Good looking tractors , Big ole tires on the last pic .
I missed the bid on ebay for wheels and tires for my JG mower.
BY $2.50 !!!. I gorgot about it , I just checked it.


----------



## bontai Joe (Sep 16, 2003)

Glad to hear that you found some time to work on the 224. Looks like it is coming along nicely!


----------



## aegt5000 (Feb 22, 2004)

Paul...

I wish is I lived closer, I’d love to come and help.
I was so bored today, I washed the HT-23 and the GT5000,
neatened up my equipment manuals and exercised the Onan.
Too cold to start a major project, I need some snow dam-it.


----------



## Ingersoll444 (Sep 17, 2003)

> _Originally posted by aegt5000 _
> *Paul...
> 
> I wish is I lived closer, I’d love to come and help.
> ...


Well it was just one of those days where things fell together, and I had a few hours to work. Lots to do still. I only got that one side wheel weight done, so I still have to drill the other wheel, and the holes in one more weight. I also have to price out some rear tires today. The one is SO dryrotted, that it only holds air for about 10 hours. I was going to tube it, but the splits are so deap, I am afread it will rip right open.


----------



## Ingersoll444 (Sep 17, 2003)

> _Originally posted by Greg _
> *Looks good, Paul. How about backing off a bit and show us the whole tractor.
> 
> I guess you finished rebuilding your engine. Any details on that project? I think my JD 140 has the same Kohler.
> ...


I did not do a full rebuild on it. I had started to, but when I got it apart, I saw that all the problems it had was just a blown head gasket. The rest of the motor was so clean I did not bother with a rebuild. No cyl wheare or anything. I have a thred going in the small engine board, but have not updated it in a wile. 

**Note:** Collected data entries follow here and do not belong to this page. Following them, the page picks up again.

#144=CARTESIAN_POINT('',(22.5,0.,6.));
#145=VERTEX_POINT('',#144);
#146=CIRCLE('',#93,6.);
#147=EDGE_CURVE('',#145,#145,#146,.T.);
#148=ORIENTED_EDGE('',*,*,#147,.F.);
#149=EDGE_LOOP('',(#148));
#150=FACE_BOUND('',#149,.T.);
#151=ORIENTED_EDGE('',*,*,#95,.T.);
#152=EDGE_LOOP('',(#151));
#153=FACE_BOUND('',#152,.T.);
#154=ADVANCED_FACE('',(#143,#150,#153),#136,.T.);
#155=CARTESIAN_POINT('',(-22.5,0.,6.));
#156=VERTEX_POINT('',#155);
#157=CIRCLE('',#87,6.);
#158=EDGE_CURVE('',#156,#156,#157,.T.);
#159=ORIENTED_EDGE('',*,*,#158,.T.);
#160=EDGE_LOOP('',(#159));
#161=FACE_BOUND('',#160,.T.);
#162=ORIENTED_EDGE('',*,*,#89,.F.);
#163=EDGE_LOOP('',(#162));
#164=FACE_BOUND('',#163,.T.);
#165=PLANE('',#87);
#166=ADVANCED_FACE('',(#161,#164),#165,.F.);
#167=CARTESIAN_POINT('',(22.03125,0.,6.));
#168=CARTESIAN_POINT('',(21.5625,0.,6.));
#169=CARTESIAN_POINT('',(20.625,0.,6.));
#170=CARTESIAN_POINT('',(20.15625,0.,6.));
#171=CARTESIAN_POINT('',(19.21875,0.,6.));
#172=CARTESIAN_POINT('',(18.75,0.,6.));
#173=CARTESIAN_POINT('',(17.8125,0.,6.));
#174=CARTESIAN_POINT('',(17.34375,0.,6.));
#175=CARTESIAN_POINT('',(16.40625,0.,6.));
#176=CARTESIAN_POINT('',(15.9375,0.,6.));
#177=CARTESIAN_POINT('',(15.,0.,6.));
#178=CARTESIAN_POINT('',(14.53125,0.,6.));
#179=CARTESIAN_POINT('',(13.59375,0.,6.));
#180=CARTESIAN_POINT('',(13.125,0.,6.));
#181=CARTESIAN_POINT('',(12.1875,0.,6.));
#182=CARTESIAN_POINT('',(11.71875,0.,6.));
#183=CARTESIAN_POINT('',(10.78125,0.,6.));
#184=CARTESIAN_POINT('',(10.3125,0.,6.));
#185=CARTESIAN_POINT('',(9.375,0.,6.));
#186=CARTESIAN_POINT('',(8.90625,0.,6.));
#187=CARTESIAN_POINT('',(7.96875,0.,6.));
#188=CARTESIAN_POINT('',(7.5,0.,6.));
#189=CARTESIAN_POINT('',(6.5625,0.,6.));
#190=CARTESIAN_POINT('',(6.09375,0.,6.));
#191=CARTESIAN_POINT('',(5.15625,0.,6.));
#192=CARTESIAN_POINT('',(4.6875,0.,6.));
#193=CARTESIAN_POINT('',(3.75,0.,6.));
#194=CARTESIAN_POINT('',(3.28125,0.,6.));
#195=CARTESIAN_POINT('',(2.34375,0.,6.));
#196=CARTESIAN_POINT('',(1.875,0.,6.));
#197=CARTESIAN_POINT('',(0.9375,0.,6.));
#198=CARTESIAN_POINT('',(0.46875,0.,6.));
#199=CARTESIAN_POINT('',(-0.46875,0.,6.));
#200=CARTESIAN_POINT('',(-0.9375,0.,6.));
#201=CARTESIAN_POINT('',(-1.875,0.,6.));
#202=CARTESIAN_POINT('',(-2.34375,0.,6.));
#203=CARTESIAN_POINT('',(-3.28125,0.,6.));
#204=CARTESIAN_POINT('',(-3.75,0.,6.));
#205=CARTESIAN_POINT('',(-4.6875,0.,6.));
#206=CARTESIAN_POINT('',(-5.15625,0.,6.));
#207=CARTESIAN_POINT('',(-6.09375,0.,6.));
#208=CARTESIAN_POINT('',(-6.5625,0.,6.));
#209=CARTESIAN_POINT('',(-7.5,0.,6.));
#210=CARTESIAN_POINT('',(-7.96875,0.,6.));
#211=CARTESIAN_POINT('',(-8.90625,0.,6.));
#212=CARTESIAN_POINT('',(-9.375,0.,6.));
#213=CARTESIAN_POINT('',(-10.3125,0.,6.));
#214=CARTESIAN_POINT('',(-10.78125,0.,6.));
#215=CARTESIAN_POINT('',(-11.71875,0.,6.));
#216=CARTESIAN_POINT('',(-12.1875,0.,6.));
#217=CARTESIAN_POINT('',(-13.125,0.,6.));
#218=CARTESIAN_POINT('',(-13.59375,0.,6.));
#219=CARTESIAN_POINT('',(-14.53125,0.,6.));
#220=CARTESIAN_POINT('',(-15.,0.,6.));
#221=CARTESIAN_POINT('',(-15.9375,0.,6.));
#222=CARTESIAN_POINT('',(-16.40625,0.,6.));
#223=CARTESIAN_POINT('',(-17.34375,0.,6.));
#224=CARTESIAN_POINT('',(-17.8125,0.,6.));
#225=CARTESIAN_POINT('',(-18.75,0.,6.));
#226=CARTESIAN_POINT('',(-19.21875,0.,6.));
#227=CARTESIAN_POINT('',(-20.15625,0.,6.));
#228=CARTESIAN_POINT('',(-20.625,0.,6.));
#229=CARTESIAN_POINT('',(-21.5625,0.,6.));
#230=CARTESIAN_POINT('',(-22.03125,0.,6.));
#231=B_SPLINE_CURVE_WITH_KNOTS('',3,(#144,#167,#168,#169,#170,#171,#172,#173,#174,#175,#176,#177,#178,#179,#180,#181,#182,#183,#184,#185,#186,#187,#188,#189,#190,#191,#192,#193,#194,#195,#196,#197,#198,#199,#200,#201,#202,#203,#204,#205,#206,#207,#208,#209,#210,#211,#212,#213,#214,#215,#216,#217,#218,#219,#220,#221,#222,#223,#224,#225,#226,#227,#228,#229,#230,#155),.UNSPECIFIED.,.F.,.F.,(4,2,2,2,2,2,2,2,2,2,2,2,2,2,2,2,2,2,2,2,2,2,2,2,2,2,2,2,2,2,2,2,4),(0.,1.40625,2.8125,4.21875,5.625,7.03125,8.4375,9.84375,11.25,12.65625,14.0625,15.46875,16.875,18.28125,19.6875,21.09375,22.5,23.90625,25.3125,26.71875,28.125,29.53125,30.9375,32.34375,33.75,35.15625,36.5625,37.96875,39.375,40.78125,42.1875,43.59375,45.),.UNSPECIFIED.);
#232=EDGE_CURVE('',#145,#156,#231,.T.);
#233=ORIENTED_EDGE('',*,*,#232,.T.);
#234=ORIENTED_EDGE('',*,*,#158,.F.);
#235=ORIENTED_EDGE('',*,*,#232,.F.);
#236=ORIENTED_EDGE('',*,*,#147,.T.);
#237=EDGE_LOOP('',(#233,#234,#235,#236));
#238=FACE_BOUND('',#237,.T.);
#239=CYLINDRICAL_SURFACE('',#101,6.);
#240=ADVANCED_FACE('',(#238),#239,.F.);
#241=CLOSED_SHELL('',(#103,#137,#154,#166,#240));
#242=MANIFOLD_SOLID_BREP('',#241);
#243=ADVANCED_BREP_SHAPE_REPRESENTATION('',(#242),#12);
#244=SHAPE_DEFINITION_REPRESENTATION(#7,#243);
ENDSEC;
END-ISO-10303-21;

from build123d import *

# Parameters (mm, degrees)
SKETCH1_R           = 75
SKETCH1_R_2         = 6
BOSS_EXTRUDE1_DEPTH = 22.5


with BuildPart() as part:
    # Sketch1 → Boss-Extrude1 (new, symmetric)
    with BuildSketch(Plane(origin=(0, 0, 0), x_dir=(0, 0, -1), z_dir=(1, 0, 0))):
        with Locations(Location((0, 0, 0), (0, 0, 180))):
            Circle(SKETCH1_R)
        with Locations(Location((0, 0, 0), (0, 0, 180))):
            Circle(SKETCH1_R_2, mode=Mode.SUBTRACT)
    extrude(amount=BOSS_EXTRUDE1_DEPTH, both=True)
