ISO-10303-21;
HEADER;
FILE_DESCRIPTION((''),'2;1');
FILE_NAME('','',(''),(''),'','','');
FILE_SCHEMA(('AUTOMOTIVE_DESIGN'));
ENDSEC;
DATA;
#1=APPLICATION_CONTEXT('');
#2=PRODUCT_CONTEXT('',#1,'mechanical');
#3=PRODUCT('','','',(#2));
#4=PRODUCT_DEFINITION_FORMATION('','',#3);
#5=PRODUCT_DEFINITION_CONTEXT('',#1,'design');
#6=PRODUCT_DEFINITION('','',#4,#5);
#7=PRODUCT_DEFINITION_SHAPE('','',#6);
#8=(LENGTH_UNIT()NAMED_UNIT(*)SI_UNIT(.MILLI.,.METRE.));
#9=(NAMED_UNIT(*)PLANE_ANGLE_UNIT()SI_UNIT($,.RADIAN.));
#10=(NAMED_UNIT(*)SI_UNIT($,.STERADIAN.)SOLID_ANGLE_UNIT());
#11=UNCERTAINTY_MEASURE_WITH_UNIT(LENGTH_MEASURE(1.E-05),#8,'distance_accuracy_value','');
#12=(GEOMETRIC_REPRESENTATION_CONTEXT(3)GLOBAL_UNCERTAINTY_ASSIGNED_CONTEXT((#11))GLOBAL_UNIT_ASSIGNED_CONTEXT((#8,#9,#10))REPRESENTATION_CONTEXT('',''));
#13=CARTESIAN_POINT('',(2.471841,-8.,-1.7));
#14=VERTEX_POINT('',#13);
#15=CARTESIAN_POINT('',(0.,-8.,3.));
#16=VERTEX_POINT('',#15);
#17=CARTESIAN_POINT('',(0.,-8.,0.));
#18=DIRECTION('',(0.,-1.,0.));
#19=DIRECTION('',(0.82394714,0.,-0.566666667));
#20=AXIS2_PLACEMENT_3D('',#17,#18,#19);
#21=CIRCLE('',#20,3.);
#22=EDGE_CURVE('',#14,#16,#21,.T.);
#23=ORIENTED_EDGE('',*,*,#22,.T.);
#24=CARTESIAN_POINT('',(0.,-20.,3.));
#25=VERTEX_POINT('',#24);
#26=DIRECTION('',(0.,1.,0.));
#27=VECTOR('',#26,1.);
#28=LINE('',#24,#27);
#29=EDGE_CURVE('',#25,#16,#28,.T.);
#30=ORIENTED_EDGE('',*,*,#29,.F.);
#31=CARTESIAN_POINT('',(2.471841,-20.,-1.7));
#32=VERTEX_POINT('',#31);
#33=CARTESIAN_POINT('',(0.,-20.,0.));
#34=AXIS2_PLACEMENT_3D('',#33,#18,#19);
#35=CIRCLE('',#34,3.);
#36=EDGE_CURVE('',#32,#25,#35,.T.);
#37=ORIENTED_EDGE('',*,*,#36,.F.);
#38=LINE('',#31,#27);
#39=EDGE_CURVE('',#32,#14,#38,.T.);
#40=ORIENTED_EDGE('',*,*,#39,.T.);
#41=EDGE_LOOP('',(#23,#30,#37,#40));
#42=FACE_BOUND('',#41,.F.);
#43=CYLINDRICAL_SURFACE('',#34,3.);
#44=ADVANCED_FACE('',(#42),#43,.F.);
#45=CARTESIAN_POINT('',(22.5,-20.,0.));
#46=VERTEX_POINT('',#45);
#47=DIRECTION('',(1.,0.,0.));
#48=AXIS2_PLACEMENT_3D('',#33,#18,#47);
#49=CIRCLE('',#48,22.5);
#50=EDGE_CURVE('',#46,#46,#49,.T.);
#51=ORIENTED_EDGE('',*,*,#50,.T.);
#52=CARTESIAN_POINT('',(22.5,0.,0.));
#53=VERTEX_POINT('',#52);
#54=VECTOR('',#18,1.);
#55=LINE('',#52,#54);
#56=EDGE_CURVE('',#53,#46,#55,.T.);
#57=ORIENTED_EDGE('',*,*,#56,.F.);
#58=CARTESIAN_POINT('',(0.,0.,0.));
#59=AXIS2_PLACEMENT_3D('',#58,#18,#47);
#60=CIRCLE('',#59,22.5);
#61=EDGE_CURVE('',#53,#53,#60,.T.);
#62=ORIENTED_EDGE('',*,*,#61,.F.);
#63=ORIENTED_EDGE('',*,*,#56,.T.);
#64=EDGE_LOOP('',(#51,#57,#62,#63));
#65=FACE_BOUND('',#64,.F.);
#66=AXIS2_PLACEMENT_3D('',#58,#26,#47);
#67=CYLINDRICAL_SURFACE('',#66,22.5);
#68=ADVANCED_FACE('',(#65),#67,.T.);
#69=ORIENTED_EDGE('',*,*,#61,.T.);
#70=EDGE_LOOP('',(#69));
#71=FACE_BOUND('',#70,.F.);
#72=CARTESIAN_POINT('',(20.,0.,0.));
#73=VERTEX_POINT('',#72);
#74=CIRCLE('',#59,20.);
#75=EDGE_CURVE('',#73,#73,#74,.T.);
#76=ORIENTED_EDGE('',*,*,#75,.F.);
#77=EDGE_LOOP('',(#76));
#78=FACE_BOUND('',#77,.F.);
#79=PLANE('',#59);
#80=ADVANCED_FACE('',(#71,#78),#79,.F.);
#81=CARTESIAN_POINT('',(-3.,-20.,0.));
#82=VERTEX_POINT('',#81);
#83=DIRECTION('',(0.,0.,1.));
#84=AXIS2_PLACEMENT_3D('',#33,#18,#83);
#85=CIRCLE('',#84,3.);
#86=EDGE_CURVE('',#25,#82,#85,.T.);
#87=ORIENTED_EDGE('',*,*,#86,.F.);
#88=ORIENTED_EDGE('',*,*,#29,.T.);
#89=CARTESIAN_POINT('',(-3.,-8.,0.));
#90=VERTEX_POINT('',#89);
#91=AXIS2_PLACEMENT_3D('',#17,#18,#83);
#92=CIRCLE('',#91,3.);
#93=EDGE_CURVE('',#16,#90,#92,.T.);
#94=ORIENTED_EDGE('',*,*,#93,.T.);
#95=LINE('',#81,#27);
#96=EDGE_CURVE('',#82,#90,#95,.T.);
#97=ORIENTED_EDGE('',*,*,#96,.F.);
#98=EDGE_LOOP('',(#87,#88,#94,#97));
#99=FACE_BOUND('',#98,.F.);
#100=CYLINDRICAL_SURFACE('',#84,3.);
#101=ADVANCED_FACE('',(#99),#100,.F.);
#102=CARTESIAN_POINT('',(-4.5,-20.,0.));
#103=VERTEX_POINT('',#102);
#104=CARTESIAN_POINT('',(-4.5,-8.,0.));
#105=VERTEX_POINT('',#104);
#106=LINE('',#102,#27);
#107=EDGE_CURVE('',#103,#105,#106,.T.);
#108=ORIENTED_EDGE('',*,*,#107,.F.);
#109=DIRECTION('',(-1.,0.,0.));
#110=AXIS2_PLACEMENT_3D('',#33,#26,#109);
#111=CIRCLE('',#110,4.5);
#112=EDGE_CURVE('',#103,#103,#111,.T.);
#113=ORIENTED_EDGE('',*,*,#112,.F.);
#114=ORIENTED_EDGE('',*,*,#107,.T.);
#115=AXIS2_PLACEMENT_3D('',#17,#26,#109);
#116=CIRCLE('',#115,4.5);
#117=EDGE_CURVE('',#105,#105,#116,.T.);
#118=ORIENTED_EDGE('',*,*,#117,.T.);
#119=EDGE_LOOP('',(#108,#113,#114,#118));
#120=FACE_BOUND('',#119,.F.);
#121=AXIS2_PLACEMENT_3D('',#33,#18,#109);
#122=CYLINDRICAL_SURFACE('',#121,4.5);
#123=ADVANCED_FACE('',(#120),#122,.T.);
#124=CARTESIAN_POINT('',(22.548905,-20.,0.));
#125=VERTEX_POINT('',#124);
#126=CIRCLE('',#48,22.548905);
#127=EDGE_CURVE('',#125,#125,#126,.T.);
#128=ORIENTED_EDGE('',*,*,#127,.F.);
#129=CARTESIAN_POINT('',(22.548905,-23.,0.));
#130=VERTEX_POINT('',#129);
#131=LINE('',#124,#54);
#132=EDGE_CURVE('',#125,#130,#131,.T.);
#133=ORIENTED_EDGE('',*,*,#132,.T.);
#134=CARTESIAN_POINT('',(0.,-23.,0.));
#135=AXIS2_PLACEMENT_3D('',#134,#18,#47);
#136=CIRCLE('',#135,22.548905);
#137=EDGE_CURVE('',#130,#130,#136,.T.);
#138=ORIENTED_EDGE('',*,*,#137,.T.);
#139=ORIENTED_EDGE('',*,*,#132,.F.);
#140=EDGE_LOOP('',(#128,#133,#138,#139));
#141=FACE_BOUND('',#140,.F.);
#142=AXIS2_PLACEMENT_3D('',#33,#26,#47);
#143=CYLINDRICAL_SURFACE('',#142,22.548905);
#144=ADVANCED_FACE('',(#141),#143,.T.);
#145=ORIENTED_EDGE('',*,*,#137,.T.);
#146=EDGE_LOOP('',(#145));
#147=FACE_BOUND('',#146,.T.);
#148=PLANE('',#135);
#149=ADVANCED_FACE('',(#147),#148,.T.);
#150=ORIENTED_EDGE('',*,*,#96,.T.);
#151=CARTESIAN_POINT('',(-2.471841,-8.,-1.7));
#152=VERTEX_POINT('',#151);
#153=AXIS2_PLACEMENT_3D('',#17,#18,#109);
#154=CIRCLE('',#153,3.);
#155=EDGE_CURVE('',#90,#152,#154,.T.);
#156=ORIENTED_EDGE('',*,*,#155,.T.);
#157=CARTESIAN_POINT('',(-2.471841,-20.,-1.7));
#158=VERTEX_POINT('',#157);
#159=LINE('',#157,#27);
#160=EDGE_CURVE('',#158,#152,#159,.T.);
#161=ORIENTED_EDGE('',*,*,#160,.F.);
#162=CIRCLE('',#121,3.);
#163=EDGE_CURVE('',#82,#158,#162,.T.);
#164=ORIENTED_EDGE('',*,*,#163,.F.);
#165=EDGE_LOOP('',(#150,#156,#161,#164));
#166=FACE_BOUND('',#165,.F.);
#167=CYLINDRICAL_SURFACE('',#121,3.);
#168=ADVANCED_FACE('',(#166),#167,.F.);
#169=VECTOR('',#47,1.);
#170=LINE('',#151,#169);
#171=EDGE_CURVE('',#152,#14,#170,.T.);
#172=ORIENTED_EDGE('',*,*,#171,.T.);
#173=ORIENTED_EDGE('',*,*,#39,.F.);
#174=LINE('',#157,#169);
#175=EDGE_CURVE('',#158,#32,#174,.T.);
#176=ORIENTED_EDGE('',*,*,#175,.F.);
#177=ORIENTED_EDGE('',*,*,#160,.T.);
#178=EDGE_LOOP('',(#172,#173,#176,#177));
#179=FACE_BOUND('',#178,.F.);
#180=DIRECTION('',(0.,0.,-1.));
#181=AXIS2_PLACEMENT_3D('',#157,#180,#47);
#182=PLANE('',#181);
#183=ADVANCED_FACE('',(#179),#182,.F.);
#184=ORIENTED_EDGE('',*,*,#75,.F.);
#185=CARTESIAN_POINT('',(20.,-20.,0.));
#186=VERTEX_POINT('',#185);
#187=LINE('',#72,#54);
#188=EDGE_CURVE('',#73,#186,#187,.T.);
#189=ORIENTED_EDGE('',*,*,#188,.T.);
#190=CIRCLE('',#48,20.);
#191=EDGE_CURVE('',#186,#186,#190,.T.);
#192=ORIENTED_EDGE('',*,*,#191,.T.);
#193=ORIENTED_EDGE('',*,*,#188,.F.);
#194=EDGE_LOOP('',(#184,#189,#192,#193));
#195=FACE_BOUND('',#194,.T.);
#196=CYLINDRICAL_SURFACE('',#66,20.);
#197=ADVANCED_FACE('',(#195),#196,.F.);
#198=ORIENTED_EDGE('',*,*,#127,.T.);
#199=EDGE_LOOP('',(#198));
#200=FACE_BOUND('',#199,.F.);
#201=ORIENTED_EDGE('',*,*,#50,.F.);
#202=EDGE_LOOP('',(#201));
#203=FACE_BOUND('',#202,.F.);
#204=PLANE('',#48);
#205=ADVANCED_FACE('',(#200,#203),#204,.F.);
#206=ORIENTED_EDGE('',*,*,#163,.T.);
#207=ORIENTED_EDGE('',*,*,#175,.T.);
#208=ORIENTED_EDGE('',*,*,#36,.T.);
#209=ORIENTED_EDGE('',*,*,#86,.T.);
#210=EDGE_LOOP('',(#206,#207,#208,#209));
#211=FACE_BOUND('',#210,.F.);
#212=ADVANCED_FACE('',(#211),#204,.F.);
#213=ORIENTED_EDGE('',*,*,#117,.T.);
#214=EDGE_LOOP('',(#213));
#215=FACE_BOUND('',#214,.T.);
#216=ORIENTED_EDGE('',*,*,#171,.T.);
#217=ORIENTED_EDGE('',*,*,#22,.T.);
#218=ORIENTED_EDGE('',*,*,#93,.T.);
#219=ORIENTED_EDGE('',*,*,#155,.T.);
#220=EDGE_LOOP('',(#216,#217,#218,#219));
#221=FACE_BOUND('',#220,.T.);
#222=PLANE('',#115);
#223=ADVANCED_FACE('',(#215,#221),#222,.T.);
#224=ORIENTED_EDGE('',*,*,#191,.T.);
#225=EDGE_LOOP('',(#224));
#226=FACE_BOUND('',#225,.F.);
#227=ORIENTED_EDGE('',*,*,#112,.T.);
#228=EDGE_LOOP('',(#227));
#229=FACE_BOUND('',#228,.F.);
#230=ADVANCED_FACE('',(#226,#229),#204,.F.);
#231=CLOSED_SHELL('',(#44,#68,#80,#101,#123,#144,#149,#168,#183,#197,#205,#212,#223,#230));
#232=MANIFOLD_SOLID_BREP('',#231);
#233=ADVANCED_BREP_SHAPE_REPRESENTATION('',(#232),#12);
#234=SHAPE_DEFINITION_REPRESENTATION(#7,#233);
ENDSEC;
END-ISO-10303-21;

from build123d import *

# Parameters (mm, degrees)
F0_R     = 22.5
F0_R_2   = 20
F1_DEPTH = 20
F2_R     = 22.5489054278
F3_DEPTH = 3
F4_R     = 4.5
F5_DEPTH = 12


with BuildPart() as f1:
    # F0 (on Front) → F1 (new body)
    with BuildSketch(Plane.XZ):
        Circle(F0_R)
        Circle(F0_R_2, mode=Mode.SUBTRACT)
    extrude(amount=F1_DEPTH)

    # F2 (on face) → F3 (join)
    with BuildSketch(Plane.XZ.offset(20)):
        Circle(F2_R)
    extrude(amount=F3_DEPTH)

    # F4 (on face) → F5 (join)
    with BuildSketch(Plane(origin=(0, -20, 0), x_dir=(-1, 0, 0), z_dir=(0, 1, 0))):
        Circle(F4_R)
        with BuildLine():
            ThreePointArc((0, 3), (2.1213203436, 2.1213203436), (3, 0))
            ThreePointArc((3, 0), (2.8649192185, -0.8900774526), (2.4718414189, -1.7))
            ThreePointArc((2.4718414189, -1.7), (0, -3), (-2.4718414189, -1.7))
            ThreePointArc((-2.4718414189, -1.7), (-2.6551836095, 1.3964240044), (0, 3))
        make_face(mode=Mode.SUBTRACT)
        with BuildLine():
            ThreePointArc((-2.4718414189, -1.7), (0, -3), (2.4718414189, -1.7))
            Line((2.4718414189, -1.7), (0, -1.7))
            Line((0, -1.7), (-2.4718414189, -1.7))
        make_face()
    extrude(amount=F5_DEPTH)


solid = f1.part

As for the weights, I just drilled two holes in the rib, then put some carrage bolts in. Not a perfice setup, and I miss drilled the holes in the weights a bit but it seems to be OK. One problem is that the tire valve is on the out side of the wheel. So if I need to check, or fill, I have to remove the weights. We will see how it works. The Case/Ingersoll's are a little front light, so anything will help.


----------



## Ingersoll444 (Sep 17, 2003)

I still have to figure out what to do with that filter bracket. Not a lot of room, and the motor is rubber mounted, so things move around a bit there. I will post pictures if I come up with something.


----------



## Argee (Sep 17, 2003)

You could probably fabricate a bracket coming off the frame...should be enough flex in the hoses to offset any engine movement.


A day spent working on the tractors and equipment can be just a therapeutic as a day in the seat:thumbsup:


----------



## Ingersoll444 (Sep 17, 2003)

The single cly ones are rubber mounted. I was thinking of attaching it to those mount's, and run an arm up from there. Kinda like an upside down "T"


----------



## Ingersoll444 (Sep 17, 2003)

Well just order my new rear tires. I orderd up a set of the bar tires from Tucker Tire. I just hope I have them by the end of the week. I want to have them mounted by the weekend.


I had shopped around for tires, and was thinking of going with another style. Kinda like the ATV tires that Argee has, but I could not find them in my size. The placement of the Hydro motor on the transaxle is too close to the tire eaven to jump up one size to 23 9.5x12, so I am stuck with the 23 8.5x12's.


----------



## Ingersoll444 (Sep 17, 2003)

> _Originally posted by Argee _
> *
> 
> A day spent working on the tractors and equipment can be just a therapeutic as a day in the seat:thumbsup: *



Yup. For me thats the most fun part of the hobby


----------



## slipshod (Sep 19, 2003)

*True Sometimes*



> _Originally posted by Argee _
> 
> 
> 
> A day spent working on the tractors and equipment can be just a therapeutic as a day in the seat:thumbsup: [/B]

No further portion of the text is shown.